Project: Logistic Regression for Classification


The marketing department for a retail company was about to embark on a periodic campaign to convince existing customers to apply for one of the company’s discount shopping advantage card with a fixed annual fee. The major decision facing the marketing department concerns which type of customers should be targeted for the campaign. The information from a random sample of 32 current customers who had been invited to apply of shopping card in the past was recorded, and three of the variables that are to be used to assist the marketing department in the analysis are: Shopping card status (1=Yes “have the discount shopping card”, 0=No “don’t have the discount shopping card”), Annual spending in thousands of dollars, Possession of credit card (1=Yes “have credit card”, 0=No “don’t have credit card”), Education level (1=Middle School or Below, 2=High School, 3=College or Above).
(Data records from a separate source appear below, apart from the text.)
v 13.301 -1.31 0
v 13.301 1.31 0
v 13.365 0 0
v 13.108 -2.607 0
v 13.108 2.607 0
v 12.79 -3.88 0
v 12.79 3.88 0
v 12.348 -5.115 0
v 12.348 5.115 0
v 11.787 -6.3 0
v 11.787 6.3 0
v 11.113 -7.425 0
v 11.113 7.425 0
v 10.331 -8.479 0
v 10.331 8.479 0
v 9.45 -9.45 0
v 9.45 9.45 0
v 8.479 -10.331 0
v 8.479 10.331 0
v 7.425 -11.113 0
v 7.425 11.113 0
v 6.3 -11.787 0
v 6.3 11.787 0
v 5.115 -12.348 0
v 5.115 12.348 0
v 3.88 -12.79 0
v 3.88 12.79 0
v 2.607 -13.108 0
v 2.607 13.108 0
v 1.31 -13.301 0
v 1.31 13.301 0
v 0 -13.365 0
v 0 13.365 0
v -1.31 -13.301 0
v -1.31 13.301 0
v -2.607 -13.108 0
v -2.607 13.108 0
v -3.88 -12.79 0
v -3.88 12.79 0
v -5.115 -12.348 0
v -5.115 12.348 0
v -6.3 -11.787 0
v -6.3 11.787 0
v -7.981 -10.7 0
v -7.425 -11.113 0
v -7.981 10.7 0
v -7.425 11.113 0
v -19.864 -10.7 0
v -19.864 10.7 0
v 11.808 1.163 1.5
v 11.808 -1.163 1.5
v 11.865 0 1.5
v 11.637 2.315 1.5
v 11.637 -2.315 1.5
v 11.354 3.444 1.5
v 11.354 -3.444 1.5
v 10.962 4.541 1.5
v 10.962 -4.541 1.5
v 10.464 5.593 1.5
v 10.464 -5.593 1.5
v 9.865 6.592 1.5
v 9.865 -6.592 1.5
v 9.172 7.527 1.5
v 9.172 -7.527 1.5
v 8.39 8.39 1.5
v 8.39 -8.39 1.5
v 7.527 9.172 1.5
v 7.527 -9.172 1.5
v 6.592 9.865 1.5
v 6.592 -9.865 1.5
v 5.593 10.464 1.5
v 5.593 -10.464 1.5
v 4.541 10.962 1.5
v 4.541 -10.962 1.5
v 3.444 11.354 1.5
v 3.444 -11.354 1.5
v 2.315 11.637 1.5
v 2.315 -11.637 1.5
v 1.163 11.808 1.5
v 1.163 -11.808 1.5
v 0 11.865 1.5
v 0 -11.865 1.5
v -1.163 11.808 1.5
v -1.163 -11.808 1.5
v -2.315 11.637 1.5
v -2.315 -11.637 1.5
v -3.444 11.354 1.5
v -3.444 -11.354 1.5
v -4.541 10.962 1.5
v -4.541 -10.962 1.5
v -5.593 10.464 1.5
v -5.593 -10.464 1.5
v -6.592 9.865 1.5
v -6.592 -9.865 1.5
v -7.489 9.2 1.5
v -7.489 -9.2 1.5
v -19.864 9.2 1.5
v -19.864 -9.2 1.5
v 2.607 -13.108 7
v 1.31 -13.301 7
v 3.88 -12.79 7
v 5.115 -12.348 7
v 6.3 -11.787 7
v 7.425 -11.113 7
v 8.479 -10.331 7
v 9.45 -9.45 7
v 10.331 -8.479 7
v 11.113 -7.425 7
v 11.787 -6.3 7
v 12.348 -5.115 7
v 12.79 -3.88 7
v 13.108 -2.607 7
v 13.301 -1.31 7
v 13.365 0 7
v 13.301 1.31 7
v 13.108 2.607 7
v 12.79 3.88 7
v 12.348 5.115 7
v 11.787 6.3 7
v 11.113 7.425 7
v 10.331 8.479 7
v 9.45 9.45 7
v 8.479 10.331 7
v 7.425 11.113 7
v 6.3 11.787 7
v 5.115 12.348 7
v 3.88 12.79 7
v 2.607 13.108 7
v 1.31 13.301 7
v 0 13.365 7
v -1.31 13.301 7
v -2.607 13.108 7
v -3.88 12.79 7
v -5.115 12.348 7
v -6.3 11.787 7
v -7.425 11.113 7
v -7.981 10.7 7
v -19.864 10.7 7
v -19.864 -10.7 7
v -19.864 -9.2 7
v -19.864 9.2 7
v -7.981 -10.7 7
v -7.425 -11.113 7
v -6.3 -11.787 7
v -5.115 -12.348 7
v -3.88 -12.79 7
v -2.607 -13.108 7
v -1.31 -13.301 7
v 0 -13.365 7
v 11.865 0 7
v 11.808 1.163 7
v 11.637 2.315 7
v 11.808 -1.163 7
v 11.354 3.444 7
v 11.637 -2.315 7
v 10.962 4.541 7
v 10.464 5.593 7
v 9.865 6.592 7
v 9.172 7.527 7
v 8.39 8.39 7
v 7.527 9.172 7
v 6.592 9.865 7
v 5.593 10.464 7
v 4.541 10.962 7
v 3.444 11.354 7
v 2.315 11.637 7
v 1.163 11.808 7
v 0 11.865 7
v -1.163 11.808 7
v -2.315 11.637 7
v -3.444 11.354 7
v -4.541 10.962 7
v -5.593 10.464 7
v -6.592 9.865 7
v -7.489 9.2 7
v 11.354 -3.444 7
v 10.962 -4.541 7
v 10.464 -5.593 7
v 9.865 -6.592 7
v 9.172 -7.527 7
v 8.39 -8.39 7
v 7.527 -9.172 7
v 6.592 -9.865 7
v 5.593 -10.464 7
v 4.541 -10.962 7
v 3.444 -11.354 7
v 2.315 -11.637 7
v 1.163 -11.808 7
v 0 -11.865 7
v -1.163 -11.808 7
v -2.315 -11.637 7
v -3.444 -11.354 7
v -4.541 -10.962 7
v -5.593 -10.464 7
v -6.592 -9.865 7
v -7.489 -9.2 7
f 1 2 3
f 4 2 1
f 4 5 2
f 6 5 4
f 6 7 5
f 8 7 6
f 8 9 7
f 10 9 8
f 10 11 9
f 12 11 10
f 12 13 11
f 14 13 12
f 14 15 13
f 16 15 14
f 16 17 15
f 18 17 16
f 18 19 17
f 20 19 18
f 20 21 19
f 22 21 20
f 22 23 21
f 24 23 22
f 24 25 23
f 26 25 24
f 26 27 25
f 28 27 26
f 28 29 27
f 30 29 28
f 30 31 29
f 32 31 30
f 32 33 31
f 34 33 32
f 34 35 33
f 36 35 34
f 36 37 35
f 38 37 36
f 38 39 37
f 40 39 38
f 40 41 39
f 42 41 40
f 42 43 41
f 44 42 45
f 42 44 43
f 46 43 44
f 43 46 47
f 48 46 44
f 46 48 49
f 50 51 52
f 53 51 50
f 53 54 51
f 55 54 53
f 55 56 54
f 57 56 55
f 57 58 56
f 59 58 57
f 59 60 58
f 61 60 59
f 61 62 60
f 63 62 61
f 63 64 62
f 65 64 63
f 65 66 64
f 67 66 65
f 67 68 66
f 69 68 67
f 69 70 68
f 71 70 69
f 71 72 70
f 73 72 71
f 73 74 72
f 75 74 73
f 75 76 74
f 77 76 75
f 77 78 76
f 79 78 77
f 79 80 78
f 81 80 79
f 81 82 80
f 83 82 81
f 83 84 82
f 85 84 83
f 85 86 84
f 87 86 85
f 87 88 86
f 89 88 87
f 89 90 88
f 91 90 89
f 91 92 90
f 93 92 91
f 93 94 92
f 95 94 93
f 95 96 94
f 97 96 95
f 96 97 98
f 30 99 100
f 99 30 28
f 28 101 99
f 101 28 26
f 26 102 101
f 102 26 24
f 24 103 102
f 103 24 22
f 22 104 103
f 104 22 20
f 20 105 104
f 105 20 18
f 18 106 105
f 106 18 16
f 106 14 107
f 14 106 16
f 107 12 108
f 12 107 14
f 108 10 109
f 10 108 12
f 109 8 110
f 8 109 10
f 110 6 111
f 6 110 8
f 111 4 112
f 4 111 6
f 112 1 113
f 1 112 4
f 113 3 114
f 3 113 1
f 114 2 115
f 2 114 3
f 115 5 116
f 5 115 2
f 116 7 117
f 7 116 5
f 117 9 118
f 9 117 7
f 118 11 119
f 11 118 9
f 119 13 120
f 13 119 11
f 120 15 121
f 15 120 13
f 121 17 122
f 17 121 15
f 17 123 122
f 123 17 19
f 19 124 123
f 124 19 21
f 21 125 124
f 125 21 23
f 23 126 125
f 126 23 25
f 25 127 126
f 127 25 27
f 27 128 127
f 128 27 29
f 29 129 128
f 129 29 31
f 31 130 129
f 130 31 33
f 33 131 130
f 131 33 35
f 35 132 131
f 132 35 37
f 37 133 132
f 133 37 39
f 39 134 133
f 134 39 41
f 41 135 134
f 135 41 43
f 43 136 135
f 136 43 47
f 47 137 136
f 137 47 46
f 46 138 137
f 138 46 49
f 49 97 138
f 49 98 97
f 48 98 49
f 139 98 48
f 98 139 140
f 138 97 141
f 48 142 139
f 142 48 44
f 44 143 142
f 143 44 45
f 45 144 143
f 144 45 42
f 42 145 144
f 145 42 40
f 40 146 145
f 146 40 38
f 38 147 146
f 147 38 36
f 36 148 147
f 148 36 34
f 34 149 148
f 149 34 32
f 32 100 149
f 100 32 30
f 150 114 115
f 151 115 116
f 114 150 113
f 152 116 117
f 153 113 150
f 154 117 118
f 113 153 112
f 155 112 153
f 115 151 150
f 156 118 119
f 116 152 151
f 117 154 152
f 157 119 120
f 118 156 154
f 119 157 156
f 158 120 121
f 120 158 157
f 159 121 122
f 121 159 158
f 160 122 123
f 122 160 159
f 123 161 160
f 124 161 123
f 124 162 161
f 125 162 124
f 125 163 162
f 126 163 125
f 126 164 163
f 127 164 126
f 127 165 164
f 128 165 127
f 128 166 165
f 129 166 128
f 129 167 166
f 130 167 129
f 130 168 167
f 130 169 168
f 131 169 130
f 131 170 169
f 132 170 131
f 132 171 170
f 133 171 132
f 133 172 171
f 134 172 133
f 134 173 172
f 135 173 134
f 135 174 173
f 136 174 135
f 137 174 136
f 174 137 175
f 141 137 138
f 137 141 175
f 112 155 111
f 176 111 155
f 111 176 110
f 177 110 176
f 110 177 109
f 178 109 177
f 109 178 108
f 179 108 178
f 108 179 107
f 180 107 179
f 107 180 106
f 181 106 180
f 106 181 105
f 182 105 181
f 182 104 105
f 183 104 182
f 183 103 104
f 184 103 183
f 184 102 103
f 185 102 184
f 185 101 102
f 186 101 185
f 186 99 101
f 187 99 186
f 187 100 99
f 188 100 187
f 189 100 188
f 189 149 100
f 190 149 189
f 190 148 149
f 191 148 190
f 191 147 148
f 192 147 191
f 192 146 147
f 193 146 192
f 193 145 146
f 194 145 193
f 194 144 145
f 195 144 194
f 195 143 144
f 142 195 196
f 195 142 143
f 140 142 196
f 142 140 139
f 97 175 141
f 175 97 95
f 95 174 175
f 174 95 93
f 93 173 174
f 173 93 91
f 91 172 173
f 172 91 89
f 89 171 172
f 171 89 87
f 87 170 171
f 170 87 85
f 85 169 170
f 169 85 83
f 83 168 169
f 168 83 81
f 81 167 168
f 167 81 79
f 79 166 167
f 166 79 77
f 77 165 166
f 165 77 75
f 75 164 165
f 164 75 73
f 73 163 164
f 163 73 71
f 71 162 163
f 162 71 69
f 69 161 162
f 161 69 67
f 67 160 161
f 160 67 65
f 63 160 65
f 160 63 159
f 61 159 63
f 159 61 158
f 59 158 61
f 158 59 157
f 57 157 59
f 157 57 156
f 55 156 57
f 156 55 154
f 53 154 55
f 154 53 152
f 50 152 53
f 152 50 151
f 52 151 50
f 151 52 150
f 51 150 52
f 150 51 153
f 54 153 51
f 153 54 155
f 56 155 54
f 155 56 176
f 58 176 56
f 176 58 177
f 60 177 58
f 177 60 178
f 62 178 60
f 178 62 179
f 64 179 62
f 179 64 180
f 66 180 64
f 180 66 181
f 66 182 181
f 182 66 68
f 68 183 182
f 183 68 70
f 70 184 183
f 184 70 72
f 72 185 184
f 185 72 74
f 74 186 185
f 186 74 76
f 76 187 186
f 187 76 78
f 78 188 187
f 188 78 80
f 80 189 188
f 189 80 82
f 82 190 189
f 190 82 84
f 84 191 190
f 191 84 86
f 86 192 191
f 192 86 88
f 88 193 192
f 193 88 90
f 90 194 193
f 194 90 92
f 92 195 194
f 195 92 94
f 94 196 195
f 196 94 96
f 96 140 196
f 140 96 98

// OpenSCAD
diameter = 23.73;
strapLength = 8;
strapWidth = 18.4;
depth = 5.5;
wall = 1.5;

$fn = 64;

module shape(offset=0) {
    w = strapWidth + 2*offset;
    translate([-strapLength-diameter/2-(offset>0?-.001:0),-w/2]) square([strapLength+diameter/2,w]);
    circle(d=diameter+2*offset);
}

linear_extrude(height=wall) shape(wall);
linear_extrude(height=wall+depth) difference() {
    shape(wall);
    shape();
}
Data: shoppingcard_more.sav



Use the data above to evaluate the significance of the two predictor variables selected for predicting the willingness of the customers to obtain the discount shopping advantage card. Answer the following questions.

  1. Use logistic regression model to model the probability of customer to obtain the discount shopping card with all other variables mentioned above. Show the regression output with all variables in the model and identify the significant factors for predicting whether the customer will obtain a shopping card.
  2. Test to see if the logistic regression model above fits the data well at the 5% level of significance.
  3. Check and report if there is collinearity problem.
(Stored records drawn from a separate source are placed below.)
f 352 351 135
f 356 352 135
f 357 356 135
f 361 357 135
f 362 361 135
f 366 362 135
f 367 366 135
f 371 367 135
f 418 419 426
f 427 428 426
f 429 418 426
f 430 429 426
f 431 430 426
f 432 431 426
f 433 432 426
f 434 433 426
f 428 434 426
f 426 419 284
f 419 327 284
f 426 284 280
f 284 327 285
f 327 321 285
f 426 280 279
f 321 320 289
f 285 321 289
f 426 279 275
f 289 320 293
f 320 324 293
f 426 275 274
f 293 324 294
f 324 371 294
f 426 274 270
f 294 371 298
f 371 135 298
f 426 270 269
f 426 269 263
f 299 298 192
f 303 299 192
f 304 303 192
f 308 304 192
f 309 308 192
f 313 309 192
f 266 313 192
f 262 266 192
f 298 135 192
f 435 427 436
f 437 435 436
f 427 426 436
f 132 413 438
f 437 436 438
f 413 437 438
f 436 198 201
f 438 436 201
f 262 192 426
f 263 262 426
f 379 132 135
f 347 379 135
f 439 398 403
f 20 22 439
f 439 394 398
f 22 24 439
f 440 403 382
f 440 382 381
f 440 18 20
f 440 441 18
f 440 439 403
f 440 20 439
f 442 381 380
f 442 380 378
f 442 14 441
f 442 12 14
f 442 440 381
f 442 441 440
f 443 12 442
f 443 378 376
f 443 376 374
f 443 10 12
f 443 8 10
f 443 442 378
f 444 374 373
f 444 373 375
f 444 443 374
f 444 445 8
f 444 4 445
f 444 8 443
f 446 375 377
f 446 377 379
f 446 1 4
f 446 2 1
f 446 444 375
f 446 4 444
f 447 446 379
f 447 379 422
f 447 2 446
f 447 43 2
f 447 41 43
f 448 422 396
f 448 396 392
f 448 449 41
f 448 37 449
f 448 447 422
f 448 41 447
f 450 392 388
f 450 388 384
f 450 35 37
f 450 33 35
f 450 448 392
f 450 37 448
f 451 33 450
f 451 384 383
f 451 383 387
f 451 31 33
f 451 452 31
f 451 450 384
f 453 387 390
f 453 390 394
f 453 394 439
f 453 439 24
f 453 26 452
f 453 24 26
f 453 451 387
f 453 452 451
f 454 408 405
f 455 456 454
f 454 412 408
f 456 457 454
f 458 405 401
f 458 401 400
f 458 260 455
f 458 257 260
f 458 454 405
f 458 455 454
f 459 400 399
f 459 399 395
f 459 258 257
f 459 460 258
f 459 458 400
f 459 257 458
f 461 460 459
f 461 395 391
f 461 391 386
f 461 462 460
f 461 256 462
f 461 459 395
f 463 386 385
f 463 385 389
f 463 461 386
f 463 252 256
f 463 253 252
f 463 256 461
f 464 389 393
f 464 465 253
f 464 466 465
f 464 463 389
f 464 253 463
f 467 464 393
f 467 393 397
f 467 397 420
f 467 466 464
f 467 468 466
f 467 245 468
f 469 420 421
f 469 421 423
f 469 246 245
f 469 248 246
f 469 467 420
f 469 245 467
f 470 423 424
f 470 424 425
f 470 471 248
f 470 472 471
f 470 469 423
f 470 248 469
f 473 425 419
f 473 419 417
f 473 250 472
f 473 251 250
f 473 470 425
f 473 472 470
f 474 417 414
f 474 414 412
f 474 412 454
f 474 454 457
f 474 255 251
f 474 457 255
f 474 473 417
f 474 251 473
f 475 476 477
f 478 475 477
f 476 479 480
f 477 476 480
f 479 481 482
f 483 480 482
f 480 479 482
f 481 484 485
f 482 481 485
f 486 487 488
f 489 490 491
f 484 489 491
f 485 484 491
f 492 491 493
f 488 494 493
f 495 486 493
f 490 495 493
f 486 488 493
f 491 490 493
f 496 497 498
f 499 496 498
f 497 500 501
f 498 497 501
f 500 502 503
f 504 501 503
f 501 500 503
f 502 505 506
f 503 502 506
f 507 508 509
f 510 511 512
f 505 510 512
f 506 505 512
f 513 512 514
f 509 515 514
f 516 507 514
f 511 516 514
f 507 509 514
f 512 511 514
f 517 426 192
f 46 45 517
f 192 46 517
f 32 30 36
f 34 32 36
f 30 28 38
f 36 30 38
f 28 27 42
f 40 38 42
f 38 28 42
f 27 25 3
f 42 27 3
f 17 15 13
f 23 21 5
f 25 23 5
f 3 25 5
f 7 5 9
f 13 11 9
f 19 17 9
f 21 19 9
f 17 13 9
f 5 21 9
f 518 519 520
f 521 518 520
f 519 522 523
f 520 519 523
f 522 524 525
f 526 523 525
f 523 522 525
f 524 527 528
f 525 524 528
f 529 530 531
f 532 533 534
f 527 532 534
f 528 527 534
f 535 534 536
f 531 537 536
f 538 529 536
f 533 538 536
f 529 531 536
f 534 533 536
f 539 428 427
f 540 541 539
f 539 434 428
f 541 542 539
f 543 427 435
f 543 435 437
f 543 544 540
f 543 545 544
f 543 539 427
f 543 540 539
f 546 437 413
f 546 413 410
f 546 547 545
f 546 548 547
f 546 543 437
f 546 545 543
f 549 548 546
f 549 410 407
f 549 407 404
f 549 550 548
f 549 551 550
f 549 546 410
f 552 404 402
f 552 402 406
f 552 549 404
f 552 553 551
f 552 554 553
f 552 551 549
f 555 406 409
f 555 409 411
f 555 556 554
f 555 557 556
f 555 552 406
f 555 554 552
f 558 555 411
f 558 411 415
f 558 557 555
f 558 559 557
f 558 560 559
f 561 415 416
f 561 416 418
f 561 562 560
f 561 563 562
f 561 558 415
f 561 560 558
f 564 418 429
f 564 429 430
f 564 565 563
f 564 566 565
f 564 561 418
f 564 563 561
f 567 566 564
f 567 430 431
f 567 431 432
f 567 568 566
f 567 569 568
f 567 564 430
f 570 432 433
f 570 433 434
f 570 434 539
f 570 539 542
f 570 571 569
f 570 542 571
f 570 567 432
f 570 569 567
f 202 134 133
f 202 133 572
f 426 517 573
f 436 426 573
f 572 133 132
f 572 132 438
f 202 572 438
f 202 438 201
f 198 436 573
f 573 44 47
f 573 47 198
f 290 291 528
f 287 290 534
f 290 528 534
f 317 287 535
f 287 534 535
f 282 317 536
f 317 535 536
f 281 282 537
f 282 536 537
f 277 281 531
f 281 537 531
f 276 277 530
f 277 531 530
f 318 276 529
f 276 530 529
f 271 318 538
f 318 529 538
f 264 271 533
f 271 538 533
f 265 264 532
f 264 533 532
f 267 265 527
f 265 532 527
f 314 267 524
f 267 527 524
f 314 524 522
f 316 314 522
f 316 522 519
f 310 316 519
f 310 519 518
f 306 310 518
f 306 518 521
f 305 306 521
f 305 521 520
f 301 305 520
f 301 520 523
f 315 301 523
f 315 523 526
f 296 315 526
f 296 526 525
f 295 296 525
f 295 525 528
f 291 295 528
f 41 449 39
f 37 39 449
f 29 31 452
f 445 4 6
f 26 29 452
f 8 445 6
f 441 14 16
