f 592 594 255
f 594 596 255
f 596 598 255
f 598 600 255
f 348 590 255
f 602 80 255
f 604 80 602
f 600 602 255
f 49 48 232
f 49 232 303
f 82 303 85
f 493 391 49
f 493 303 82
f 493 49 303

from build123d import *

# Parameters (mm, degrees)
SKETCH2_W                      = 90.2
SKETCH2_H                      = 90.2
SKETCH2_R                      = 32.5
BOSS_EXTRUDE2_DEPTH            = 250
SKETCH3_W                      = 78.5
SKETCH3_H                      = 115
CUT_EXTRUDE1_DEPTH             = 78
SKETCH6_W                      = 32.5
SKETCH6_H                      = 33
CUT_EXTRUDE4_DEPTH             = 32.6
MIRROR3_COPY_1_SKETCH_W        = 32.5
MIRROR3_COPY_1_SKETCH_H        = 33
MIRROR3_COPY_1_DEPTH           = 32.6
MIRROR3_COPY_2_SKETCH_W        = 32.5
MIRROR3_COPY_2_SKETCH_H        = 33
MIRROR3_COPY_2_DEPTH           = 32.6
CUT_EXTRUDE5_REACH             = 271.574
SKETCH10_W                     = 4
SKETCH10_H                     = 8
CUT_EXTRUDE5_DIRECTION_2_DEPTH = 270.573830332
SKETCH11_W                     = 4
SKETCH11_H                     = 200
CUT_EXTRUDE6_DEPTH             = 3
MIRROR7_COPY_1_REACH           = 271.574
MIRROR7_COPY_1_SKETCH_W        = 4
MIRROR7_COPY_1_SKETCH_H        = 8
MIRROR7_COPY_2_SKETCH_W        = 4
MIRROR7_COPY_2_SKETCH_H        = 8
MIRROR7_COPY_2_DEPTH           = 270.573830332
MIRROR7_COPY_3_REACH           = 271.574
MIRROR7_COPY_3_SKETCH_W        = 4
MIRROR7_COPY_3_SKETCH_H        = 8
Use only the significant factors found in the model for the following questions:

  1. Use only the significant factors you identified above to build a logistic regression model, to estimate the odds ratio to see how likely the customers who possessed credit card would obtain a discount shopping card when comparing with those who do not possess credit card, and interpret this number.
  2. Report the 95% confidence interval for the odds ratio for the question above. If there are more than one predictor used in the model then this odds ratio would be an adjusted odds ratio.
  3. Find the prediction equation for estimating the probability of a customer will obtain a discount shopping card.
  4. What is the predicted probability of a customer who own a credit card and spent $50,000 on last year will obtain a discount shopping card?
  5. If the amount of spending last year is the only predictor in the analysis, a customer with how much spending last year will have a probability of at least .5 to obtain a discount shopping card? (Use the estimated logit model to solve for x.)